In the example above, i have around 107° @70Hz for the 8030c side (left image), and around 89° for the SB 3000 side (right image). This is about below 20° and falls into the acceptable region. This aspect relates to a small fraction of ±1ms of runtime difference between the two frequency groups arriving at your ear, which is indistinguishable and hence considered good integration. This is the interpretation of ±20–30° deviation. For convenience, here is the image of the overlayed isolated measurements again, already using quite a good delay value:

Isolated measurements of monitors (left) and subwoofer only measurement added (right), 5ms

Now the next step is to fine tune the amplitude:

Amplitude of 5ms (green) offset subwoofer vs 5.4ms (bright green) offset subwoofer

One would want to check if slight adjustments of the delay are altering the sum addition between 60 and 120hz, specifically in the crossover region, and then also see if the phase is dramatically changing (should not be the case once you did the first exercise).

The best sum will give you your result, but note that the picture above not much is changing. This is a minor step. One thing to also check here is to disable the phase inversion for a moment and see how deep the dip is you get–the deeper the dip, the better the delay fine adjustment:

Phase disabled inversion dip comparison chart

Note that the image above compares 4.8ms with 5.3ms. Even though the better amplitude addition (2nd last image) is better with a higher delay, the crossover addition is better with 4.8ms. This should be somewhat obvious: if you consider the different phase slopes for a moment and have a careful look at the above, you will see that a larger delay will a. bring the two phase farther away at exactly the crossover region (70Hz), but closer at regions above, and vice versa. This is a tradeoff you need to take and marks the optimization function here, in essence.
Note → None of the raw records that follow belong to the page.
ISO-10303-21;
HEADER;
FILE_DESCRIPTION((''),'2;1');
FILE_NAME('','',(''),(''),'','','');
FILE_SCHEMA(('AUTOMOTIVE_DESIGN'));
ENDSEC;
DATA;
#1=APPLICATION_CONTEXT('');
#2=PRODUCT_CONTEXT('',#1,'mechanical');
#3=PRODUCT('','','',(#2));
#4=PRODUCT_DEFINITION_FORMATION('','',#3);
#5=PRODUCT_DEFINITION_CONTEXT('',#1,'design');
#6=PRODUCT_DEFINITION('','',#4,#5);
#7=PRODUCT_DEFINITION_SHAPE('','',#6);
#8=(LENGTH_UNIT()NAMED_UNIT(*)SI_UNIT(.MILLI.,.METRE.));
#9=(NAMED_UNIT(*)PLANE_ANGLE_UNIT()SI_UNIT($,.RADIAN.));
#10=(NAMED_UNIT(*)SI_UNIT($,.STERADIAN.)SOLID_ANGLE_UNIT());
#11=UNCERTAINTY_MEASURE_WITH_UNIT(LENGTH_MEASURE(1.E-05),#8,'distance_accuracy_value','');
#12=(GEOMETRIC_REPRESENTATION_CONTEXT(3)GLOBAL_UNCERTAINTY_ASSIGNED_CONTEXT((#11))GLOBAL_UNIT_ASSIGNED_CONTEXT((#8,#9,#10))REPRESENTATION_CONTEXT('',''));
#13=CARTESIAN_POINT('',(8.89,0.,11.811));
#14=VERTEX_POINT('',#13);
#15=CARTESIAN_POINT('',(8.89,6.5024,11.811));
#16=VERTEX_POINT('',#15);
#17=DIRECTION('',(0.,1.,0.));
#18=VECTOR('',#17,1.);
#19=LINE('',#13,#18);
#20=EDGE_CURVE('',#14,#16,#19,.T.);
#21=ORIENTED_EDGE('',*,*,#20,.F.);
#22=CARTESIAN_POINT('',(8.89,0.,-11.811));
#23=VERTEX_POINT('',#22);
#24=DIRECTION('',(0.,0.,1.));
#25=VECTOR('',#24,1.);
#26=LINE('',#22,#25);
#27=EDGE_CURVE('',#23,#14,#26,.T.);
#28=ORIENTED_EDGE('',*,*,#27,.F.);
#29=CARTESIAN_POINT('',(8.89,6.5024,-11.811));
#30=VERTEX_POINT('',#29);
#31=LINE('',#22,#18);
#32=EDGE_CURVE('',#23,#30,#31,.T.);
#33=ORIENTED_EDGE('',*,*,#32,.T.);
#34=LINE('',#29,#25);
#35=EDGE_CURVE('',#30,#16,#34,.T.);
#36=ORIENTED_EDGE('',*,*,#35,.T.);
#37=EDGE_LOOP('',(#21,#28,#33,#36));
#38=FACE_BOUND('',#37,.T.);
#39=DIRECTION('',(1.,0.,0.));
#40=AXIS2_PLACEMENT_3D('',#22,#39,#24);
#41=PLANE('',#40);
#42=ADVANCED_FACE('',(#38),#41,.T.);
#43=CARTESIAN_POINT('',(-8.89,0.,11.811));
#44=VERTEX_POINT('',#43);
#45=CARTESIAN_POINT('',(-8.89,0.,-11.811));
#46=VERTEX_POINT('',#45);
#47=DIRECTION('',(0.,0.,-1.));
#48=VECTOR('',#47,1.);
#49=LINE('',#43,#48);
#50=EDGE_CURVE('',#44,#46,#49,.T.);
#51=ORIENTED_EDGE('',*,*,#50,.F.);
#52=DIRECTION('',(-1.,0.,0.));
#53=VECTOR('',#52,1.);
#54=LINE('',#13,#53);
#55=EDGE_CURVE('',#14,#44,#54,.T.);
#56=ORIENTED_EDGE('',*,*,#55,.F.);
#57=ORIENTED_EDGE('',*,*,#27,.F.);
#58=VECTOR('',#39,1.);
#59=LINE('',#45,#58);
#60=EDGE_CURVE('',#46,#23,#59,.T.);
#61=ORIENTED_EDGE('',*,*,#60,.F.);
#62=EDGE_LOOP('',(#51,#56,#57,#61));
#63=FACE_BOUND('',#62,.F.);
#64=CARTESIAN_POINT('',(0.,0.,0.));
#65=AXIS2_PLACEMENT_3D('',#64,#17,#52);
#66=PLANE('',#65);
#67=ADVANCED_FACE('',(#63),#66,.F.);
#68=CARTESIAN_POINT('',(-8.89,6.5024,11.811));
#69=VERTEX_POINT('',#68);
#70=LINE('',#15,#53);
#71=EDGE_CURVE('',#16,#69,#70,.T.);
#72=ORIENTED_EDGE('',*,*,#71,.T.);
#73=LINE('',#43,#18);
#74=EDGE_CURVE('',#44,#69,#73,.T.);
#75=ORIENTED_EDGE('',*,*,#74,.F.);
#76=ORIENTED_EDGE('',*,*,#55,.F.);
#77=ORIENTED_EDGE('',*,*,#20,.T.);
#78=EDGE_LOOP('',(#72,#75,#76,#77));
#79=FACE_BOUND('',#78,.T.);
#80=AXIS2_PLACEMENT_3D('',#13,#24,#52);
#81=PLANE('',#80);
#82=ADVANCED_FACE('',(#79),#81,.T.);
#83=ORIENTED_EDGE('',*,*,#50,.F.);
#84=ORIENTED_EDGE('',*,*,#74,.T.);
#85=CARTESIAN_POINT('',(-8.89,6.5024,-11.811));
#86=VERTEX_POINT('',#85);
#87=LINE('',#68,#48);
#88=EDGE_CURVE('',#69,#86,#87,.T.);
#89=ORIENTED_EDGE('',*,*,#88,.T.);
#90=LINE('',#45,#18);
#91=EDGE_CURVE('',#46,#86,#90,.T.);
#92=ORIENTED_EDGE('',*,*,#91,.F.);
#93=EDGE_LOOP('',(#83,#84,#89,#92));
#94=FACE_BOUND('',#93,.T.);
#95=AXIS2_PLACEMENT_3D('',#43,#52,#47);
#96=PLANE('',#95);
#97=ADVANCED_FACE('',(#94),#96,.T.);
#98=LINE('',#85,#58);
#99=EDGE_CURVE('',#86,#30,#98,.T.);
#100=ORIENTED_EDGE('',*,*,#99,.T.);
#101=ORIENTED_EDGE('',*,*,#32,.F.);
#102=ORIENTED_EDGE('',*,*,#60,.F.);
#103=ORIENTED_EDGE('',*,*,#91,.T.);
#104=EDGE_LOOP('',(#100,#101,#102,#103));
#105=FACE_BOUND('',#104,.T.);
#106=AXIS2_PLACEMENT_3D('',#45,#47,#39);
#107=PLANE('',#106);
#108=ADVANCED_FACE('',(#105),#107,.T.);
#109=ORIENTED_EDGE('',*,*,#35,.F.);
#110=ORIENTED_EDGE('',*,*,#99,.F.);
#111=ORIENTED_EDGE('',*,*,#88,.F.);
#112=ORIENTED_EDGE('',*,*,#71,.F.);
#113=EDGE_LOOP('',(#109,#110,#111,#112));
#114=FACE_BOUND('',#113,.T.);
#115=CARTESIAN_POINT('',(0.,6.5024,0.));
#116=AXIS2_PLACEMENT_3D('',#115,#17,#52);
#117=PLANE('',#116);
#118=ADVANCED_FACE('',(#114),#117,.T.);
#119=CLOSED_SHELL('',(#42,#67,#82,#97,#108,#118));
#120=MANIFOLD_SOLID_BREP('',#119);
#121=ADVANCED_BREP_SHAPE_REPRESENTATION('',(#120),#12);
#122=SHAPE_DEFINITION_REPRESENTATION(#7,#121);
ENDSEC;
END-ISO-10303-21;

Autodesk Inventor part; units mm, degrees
ref_plane "YZ Plane" through (0, 0, 0) normal (1, 0, 0) x (0, 1, 0)
ref_plane "XZ Plane" through (0, 0, 0) normal (0, 1, 0) x (-1, 0, 0)
ref_plane "XY Plane" through (0, 0, 0) normal (0, 0, 1) x (1, 0, 0)
sketch "Sketch1" plane through (0, 0, 0) normal (0, 1, 0) x (-1, 0, 0)
  line L0 (-8.89, 11.811) -> (8.89, 11.811)
  line L1 (8.89, 11.811) -> (8.89, -11.811)
  line L2 (8.89, -11.811) -> (-8.89, -11.811)
  line L3 (-8.89, -11.811) -> (-8.89, 11.811)
  line L4 (-8.89, 11.811) -> (8.89, -11.811) construction
  line L5 (8.89, 11.811) -> (-8.89, -11.811) construction
  point P0 (0, 0)
  dimension "d0" = 17.78
  dimension "d1" = 23.622
extrude "Extrusion1" add sketch "Sketch1" along normal blind 6.5024
properties part number "batt"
What you can use a discriminator is eg. listening to reverberations in bass tones, bass rich double bass progressions, or also drum and bass, progressive, large drums etc. The result should be as few unwanted resonances as possible, or, the dryest result available.

Now you may ask: how does one know if and where to invert the phase? This is a bit of try and error. The idea is to bring the phase progressions together as good as possible; without touching phase shift functionality in the sub, the only parameters are phase inversion and delay. The phase slope will look different for each parameter changed in isolation, possibly, eg. are frequency additions also affected by room modes etc. so also the phase slop can look slightly different depending on the polarity. You need to try it out and finde the best match between the 2 slopes.

If you have access to a allpass filter, you could change the phase only without changing the timing, but this requires miniDSP and such, as well as is it more costly runtime wise (DSP).